BEGIN GIVEN DATA

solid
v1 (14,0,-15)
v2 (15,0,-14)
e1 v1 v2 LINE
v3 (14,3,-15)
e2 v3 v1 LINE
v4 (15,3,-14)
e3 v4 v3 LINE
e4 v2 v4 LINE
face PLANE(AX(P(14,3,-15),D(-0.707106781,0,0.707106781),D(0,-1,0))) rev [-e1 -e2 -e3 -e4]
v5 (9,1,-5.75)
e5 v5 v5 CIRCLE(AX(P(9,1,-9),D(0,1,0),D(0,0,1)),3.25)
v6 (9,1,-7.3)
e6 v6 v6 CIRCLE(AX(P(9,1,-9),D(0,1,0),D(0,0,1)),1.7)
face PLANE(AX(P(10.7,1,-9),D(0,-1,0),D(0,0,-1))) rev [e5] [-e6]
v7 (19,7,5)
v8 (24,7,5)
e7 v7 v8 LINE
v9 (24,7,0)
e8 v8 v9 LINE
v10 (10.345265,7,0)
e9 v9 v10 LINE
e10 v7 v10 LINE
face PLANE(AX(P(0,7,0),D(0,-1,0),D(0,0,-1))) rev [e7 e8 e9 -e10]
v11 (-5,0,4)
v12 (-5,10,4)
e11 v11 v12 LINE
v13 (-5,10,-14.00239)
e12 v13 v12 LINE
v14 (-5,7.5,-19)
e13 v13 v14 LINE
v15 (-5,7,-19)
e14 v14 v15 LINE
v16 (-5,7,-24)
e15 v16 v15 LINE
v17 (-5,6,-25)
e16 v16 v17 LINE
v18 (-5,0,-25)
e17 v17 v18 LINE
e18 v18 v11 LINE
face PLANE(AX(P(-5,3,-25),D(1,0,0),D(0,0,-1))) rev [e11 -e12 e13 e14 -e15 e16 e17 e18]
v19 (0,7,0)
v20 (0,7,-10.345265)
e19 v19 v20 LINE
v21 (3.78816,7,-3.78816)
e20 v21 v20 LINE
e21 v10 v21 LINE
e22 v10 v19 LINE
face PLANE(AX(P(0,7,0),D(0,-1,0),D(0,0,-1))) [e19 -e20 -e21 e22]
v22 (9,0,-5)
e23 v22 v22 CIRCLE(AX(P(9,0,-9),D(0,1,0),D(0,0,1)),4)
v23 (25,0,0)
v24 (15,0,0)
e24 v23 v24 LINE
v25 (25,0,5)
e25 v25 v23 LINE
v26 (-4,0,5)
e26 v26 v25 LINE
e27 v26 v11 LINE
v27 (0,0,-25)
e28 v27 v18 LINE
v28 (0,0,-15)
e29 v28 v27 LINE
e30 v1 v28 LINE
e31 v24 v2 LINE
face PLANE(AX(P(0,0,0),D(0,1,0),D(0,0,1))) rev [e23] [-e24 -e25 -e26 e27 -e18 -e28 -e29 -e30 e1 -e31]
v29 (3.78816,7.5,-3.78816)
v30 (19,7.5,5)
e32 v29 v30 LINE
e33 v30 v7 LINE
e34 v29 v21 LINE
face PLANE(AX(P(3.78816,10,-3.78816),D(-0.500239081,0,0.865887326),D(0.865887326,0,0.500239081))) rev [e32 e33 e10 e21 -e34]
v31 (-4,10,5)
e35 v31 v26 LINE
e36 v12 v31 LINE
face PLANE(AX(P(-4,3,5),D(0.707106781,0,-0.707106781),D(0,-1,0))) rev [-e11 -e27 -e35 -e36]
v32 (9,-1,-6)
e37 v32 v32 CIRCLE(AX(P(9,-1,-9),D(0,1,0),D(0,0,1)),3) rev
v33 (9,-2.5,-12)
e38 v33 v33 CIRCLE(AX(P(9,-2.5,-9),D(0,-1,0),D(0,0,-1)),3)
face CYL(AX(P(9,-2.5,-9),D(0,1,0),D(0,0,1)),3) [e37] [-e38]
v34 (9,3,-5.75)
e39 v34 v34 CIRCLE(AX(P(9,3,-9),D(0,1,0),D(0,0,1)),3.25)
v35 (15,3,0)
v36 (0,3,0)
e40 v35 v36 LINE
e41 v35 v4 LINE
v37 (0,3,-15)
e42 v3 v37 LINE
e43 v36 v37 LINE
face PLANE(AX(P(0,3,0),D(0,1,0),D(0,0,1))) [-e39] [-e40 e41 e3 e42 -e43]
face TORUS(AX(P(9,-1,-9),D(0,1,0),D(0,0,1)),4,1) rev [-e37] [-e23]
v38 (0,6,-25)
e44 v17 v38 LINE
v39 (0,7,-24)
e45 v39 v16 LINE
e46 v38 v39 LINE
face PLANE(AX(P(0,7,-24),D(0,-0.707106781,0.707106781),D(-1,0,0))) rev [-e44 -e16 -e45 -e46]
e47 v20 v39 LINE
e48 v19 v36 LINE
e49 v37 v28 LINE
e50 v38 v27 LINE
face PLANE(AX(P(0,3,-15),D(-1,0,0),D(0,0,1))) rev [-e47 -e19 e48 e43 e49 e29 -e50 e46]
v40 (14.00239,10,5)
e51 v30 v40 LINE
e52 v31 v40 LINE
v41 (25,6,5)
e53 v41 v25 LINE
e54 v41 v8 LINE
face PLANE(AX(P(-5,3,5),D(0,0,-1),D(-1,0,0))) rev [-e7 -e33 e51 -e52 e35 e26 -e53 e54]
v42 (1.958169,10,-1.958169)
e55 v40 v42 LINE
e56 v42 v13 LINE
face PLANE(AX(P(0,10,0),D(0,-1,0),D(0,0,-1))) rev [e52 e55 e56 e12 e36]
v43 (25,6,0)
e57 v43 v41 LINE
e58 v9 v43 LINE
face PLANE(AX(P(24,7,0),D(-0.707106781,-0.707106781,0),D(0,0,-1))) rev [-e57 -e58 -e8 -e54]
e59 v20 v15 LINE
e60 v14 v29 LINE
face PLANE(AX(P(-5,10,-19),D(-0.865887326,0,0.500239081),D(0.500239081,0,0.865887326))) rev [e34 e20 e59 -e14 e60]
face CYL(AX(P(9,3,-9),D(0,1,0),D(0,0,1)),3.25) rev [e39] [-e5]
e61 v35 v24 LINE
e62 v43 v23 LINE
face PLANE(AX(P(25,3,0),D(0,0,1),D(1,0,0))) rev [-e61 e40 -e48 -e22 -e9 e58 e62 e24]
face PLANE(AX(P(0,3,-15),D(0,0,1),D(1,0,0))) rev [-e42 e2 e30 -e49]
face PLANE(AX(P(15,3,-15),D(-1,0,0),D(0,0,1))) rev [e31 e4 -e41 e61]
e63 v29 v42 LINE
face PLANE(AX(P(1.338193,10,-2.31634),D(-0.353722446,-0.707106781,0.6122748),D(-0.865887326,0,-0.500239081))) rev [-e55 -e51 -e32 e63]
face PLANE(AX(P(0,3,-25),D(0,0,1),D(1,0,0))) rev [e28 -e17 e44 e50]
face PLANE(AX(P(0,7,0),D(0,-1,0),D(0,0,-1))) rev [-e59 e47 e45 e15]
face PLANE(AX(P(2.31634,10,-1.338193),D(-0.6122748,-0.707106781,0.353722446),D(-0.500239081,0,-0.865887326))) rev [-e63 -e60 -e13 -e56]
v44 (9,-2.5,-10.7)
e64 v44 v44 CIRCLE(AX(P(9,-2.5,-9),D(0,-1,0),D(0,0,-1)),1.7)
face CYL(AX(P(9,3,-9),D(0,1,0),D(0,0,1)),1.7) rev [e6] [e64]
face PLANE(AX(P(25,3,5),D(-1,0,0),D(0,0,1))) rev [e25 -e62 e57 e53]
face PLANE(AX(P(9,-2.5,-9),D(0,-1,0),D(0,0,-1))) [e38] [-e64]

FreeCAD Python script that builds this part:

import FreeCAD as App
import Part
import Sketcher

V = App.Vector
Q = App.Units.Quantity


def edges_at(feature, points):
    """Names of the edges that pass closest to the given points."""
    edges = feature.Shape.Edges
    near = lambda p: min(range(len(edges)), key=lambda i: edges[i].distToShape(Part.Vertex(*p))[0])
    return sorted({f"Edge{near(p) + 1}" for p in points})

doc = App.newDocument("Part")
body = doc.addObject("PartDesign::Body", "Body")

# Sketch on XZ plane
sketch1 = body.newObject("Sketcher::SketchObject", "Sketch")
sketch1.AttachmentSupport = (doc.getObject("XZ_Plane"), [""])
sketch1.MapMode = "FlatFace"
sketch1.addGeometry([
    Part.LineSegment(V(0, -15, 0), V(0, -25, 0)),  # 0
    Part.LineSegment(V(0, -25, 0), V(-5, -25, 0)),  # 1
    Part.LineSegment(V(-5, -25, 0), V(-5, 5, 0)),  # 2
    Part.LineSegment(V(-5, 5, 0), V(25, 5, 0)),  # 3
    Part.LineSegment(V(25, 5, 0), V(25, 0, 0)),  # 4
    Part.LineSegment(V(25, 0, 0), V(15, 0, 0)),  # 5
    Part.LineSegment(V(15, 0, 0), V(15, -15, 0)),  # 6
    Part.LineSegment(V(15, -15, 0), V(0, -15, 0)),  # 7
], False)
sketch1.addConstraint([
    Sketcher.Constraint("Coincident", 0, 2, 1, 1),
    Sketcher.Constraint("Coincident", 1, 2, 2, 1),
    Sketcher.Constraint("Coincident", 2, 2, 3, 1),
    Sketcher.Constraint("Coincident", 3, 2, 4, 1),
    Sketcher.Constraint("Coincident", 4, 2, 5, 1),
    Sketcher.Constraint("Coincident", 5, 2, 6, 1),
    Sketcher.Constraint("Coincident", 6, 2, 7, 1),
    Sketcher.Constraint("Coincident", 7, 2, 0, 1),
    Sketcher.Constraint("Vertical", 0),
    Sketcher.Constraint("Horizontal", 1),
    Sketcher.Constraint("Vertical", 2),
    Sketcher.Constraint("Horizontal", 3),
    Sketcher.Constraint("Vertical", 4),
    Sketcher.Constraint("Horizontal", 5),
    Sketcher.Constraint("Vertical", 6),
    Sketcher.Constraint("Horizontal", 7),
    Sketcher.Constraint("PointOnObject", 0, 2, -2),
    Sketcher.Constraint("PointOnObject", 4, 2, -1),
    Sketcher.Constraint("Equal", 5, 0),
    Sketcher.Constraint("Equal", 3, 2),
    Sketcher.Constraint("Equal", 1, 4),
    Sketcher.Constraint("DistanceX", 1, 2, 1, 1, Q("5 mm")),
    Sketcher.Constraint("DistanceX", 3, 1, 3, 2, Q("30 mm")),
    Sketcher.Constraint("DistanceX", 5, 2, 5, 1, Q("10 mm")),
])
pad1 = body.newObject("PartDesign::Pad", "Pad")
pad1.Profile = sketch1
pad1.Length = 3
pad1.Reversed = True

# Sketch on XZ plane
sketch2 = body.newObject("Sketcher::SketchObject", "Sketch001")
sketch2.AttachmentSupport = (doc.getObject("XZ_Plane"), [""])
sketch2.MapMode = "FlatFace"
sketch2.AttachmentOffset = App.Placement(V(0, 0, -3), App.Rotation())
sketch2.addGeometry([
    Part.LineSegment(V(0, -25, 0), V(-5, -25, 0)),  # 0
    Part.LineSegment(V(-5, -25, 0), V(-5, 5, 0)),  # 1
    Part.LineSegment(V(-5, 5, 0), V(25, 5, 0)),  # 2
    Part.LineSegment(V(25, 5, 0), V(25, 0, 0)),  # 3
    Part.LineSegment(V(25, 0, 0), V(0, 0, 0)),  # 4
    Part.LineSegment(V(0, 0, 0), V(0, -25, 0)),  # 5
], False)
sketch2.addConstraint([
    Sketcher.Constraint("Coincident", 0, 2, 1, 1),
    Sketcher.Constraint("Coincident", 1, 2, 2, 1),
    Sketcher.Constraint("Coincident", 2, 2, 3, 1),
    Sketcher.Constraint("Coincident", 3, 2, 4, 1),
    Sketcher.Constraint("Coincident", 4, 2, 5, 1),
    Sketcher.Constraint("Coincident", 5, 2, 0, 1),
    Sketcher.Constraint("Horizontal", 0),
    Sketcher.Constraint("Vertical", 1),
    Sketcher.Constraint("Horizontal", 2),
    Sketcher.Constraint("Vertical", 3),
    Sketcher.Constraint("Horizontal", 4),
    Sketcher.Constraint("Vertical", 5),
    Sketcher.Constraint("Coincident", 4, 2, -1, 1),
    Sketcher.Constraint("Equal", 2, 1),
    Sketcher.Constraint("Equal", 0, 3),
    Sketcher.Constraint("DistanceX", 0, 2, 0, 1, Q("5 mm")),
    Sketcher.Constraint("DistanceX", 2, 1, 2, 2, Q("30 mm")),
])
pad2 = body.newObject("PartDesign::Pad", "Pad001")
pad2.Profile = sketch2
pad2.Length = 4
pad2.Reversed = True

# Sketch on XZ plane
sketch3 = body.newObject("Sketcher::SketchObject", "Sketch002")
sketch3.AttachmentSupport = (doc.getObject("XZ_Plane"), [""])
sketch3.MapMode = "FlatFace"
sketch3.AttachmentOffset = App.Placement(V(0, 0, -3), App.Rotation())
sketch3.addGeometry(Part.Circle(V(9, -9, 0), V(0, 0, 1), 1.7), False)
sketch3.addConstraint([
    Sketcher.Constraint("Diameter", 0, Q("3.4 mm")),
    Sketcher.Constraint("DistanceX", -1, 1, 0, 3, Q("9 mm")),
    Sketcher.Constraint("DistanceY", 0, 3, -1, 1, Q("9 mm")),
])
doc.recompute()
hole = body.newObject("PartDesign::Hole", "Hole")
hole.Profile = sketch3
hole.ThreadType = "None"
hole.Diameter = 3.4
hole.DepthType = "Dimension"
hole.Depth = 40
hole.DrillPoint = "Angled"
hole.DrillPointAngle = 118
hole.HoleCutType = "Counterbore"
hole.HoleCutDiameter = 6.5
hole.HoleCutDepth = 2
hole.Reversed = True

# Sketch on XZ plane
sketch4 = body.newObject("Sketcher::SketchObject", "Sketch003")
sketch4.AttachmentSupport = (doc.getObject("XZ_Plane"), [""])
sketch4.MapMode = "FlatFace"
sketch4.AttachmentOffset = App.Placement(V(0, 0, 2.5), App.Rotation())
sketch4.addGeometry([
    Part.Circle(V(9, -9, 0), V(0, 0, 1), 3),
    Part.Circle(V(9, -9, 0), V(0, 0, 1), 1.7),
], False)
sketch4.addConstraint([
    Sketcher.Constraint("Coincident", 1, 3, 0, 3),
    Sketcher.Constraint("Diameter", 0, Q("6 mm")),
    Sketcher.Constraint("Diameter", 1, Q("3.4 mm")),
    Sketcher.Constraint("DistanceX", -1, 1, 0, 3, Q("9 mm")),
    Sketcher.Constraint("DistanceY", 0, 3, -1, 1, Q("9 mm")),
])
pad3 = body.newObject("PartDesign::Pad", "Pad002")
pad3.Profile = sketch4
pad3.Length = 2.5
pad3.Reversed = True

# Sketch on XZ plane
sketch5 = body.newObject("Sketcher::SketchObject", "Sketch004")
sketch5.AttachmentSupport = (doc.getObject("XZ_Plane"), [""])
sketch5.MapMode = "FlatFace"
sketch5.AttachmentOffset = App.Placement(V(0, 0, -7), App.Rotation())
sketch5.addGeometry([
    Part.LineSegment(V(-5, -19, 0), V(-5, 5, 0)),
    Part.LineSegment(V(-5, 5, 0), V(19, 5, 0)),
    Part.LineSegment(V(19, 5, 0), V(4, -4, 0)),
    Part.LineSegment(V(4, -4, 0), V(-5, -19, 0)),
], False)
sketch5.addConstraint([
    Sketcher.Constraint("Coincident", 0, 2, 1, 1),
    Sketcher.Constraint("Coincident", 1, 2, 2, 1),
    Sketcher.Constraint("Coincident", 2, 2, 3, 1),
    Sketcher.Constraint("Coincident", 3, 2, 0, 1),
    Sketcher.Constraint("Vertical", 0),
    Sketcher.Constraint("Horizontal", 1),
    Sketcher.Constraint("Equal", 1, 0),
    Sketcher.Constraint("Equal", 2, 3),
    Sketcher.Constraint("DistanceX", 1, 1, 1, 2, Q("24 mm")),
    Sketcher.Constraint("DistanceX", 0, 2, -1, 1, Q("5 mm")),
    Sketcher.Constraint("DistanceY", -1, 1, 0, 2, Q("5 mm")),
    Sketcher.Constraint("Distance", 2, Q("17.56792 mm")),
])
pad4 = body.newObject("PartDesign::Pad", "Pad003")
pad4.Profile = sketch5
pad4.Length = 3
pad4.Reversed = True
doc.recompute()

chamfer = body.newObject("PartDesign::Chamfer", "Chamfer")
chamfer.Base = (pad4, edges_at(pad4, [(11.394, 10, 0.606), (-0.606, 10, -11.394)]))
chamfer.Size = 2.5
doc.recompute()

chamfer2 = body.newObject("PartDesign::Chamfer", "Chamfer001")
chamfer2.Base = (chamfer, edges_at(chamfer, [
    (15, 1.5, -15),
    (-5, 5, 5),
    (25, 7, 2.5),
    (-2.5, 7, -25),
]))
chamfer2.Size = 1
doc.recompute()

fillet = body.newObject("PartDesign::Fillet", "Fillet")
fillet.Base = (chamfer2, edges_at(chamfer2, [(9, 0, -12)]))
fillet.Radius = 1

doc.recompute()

END GIVEN DATA

** WHAT IS NEEDED **
Reproduce every line of the entries above, unchanged, from the very first one down to and including the line containing "e7 v7 v8 LINE".

** ANSWER FOR THIS EXERCISE **
solid
v1 (14,0,-15)
v2 (15,0,-14)
e1 v1 v2 LINE
v3 (14,3,-15)
e2 v3 v1 LINE
v4 (15,3,-14)
e3 v4 v3 LINE
e4 v2 v4 LINE
face PLANE(AX(P(14,3,-15),D(-0.707106781,0,0.707106781),D(0,-1,0))) rev [-e1 -e2 -e3 -e4]
v5 (9,1,-5.75)
e5 v5 v5 CIRCLE(AX(P(9,1,-9),D(0,1,0),D(0,0,1)),3.25)
v6 (9,1,-7.3)
e6 v6 v6 CIRCLE(AX(P(9,1,-9),D(0,1,0),D(0,0,1)),1.7)
face PLANE(AX(P(10.7,1,-9),D(0,-1,0),D(0,0,-1))) rev [e5] [-e6]
v7 (19,7,5)
v8 (24,7,5)
e7 v7 v8 LINE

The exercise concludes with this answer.